El valor [LATEX]\sqrt 2[/LATEX] honestamente no se de donde sale, debe de ser de:
[LATEX] \int_{0}^{2\pi}  \! P \, dt =  \int_{0}^{2\pi}  \! U\cdot I \, dt = \int_{0}^{2\pi}  \! \frac{(U_{max}\cdot sen(\omega\cdot t))^2}{R} \, dt [/LATEX]
O algo así.


----------



## cosmefulanito04 (Abr 3, 2014)

Sale de una integral, pero no de la potencia, sino de la eficaz.

[LATEX]V_{eficaz}^{2}=\int_{0}^{2.\pi}\left( V_{pico}^{2}.sen(\omega.t)^{2}.d \omega t\right)[/LATEX]

Si haces eso te dá:

[LATEX]V_{eficaz}^{2}=\frac{V_{pico}^{2}}{2}[/LATEX]

Despejás la eficaz y aparece la raíz de 2.


----------



## chclau (Abr 4, 2014)

Solamente agregar que el concepto de tension eficaz nace de una pregunta.
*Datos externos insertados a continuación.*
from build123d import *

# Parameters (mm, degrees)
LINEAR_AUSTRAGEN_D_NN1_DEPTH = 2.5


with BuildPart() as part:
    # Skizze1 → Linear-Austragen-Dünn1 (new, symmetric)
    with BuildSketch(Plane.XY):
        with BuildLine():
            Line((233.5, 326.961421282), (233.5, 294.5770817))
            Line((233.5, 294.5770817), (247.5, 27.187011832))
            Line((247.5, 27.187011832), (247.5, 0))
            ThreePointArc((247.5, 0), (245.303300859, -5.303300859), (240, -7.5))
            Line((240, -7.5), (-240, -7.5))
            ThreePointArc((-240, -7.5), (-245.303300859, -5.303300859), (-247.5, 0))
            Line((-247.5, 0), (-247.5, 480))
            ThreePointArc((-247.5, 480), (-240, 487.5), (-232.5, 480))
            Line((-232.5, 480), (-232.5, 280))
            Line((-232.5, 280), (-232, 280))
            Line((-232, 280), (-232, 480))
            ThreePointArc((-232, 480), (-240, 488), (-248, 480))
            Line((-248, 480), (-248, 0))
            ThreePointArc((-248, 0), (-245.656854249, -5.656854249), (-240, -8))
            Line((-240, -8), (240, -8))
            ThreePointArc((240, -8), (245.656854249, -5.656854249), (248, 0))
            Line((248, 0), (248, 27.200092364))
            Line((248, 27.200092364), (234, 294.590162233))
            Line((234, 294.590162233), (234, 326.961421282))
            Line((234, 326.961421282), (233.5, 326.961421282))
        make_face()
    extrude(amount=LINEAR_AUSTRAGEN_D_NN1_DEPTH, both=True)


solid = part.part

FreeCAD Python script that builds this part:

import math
import FreeCAD as App
import Part
import Sketcher

V = App.Vector
Q = App.Units.Quantity

doc = App.newDocument("Part")
params = doc.addObject("Spreadsheet::Sheet", "Params")
for row, (alias, value) in enumerate([
    ("sketch1_radius", "8 mm"),
    ("sketch1_radius2", "7.5 mm"),
    ("sketch1_width", "480 mm"),
    ("sketch1_height", "200 mm"),
    ("pad1_length", "5 mm"),
], start=1):
    params.set(f"A{row}", alias)
    params.set(f"B{row}", "=" + value)
    params.setAlias(f"B{row}", alias)

body = doc.addObject("PartDesign::Body", "Body")

sketch1 = body.newObject("Sketcher::SketchObject", "Sketch")
sketch1.AttachmentSupport = (doc.getObject("XY_Plane"), [""])
sketch1.MapMode = "FlatFace"
sketch1.addGeometry([
    Part.LineSegment(V(233.5, 327, 0), V(233.5, 294.6, 0)),
    Part.LineSegment(V(233.5, 294.6, 0), V(247.5, 27.2, 0)),
    Part.LineSegment(V(247.5, 27.2, 0), V(247.5, 0, 0)),
    Part.ArcOfCircle(Part.Circle(V(240, 0, 0), V(0, 0, 1), 7.5), math.radians(-90), math.radians(0)),
    Part.LineSegment(V(240, -7.5, 0), V(-240, -7.5, 0)),
    Part.ArcOfCircle(Part.Circle(V(-240, 0, 0), V(0, 0, 1), 7.5), math.radians(180), math.radians(270)),
    Part.LineSegment(V(-247.5, 0, 0), V(-247.5, 480, 0)),
    Part.ArcOfCircle(Part.Circle(V(-240, 480, 0), V(0, 0, 1), 7.5), math.radians(0), math.radians(180)),
    Part.LineSegment(V(-232.5, 480, 0), V(-232.5, 280, 0)),
    Part.LineSegment(V(-232.5, 280, 0), V(-232, 280, 0)),
    Part.LineSegment(V(-232, 280, 0), V(-232, 480, 0)),
    Part.ArcOfCircle(Part.Circle(V(-240, 480, 0), V(0, 0, 1), 8), math.radians(0), math.radians(180)),
    Part.LineSegment(V(-248, 480, 0), V(-248, 0, 0)),
    Part.ArcOfCircle(Part.Circle(V(-240, 0, 0), V(0, 0, 1), 8), math.radians(-180), math.radians(-90)),
    Part.LineSegment(V(-240, -8, 0), V(240, -8, 0)),
    Part.ArcOfCircle(Part.Circle(V(240, 0, 0), V(0, 0, 1), 8), math.radians(-90), math.radians(0)),
    Part.LineSegment(V(248, 0, 0), V(248, 27.2, 0)),
    Part.LineSegment(V(248, 27.2, 0), V(234, 294.6, 0)),
    Part.LineSegment(V(234, 294.6, 0), V(234, 327, 0)),
    Part.LineSegment(V(234, 327, 0), V(233.5, 327, 0)),
], False)
sketch1.addConstraint([
    Sketcher.Constraint("Coincident", 0, 2, 1, 1),
    Sketcher.Constraint("Coincident", 1, 2, 2, 1),
    Sketcher.Constraint("Tangent", 2, 2, 3, 2),
    Sketcher.Constraint("Tangent", 3, 1, 4, 1),
    Sketcher.Constraint("Tangent", 4, 2, 5, 2),
    Sketcher.Constraint("Tangent", 5, 1, 6, 1),
    Sketcher.Constraint("Tangent", 6, 2, 7, 2),
    Sketcher.Constraint("Tangent", 7, 1, 8, 1),
    Sketcher.Constraint("Coincident", 8, 2, 9, 1),
    Sketcher.Constraint("Coincident", 9, 2, 10, 1),
    Sketcher.Constraint("Tangent", 10, 2, 11, 1),
    Sketcher.Constraint("Tangent", 11, 2, 12, 1),
    Sketcher.Constraint("Tangent", 12, 2, 13, 1),
    Sketcher.Constraint("Tangent", 13, 2, 14, 1),
    Sketcher.Constraint("Tangent", 14, 2, 15, 1),
    Sketcher.Constraint("Tangent", 15, 2, 16, 1),
    Sketcher.Constraint("Coincident", 16, 2, 17, 1),
    Sketcher.Constraint("Coincident", 17, 2, 18, 1),
    Sketcher.Constraint("Coincident", 18, 2, 19, 1),
    Sketcher.Constraint("Coincident", 19, 2, 0, 1),
    Sketcher.Constraint("Vertical", 0),
    Sketcher.Constraint("Vertical", 2),
    Sketcher.Constraint("Horizontal", 4),
    Sketcher.Constraint("Vertical", 6),
    Sketcher.Constraint("Vertical", 8),
    Sketcher.Constraint("Horizontal", 9),
    Sketcher.Constraint("Vertical", 10),
    Sketcher.Constraint("Vertical", 12),
    Sketcher.Constraint("Horizontal", 14),
    Sketcher.Constraint("Vertical", 16),
    Sketcher.Constraint("Vertical", 18),
    Sketcher.Constraint("Horizontal", 19),
    Sketcher.Constraint("Coincident", 11, 3, 7, 3),
    Sketcher.Constraint("Coincident", 13, 3, 5, 3),
    Sketcher.Constraint("Coincident", 15, 3, 3, 3),
    Sketcher.Constraint("Equal", 3, 5),
    Sketcher.Constraint("Equal", 5, 7),
    Sketcher.Constraint("Symmetric", 3, 3, 5, 3, -1, 1),
    Sketcher.Constraint("Parallel", 1, 17),
    Sketcher.Constraint("Equal", 9, 19),
    Sketcher.Constraint("Equal", 14, 6),
    Sketcher.Constraint("Radius", 11, Q("8 mm")),
    Sketcher.Constraint("Radius", 3, Q("7.5 mm")),
    Sketcher.Constraint("DistanceX", 4, 2, 4, 1, Q("480 mm")),
    Sketcher.Constraint("DistanceY", 8, 2, 8, 1, Q("200 mm")),
    Sketcher.Constraint("DistanceX", -1, 1, 17, 2, Q("234 mm")),
    Sketcher.Constraint("DistanceY", 0, 2, 0, 1, Q("32.38434 mm")),
    Sketcher.Constraint("DistanceY", 2, 2, 2, 1, Q("27.187012 mm")),
    Sketcher.Constraint("DistanceY", 18, 1, 18, 2, Q("32.371259 mm")),
    Sketcher.Constraint("DistanceY", -1, 1, 0, 2, Q("294.577082 mm")),
])
sketch1.setExpression("Constraints[41]", "Params.sketch1_radius")
sketch1.setExpression("Constraints[42]", "Params.sketch1_radius2")
sketch1.setExpression("Constraints[43]", "Params.sketch1_width")
sketch1.setExpression("Constraints[44]", "Params.sketch1_height")
pad1 = body.newObject("PartDesign::Pad", "Pad")
pad1.Profile = sketch1
pad1.setExpression("Length", "Params.pad1_length")
pad1.Midplane = True

doc.recompute()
Dada una onda de tension alterna, cual seria la tension equivalente en continua que entregaria la misma potencia que la alterna?

Para ondas senoidales esa relacion vale [LATEX]\sqrt 2[/LATEX] (ojo que esto es un error muy comun, el factor [LATEX]\sqrt 2[/LATEX] es correcto para una tension senoidal pero no para otros tipos de tensiones alternas),


----------



## cosmefulanito04 (Abr 4, 2014)

Agrego algo, en la integral que puse me olvidé dividirlo por el periodo, es decir [LATEX]\frac{1}{2.\pi}[/LATEX].


----------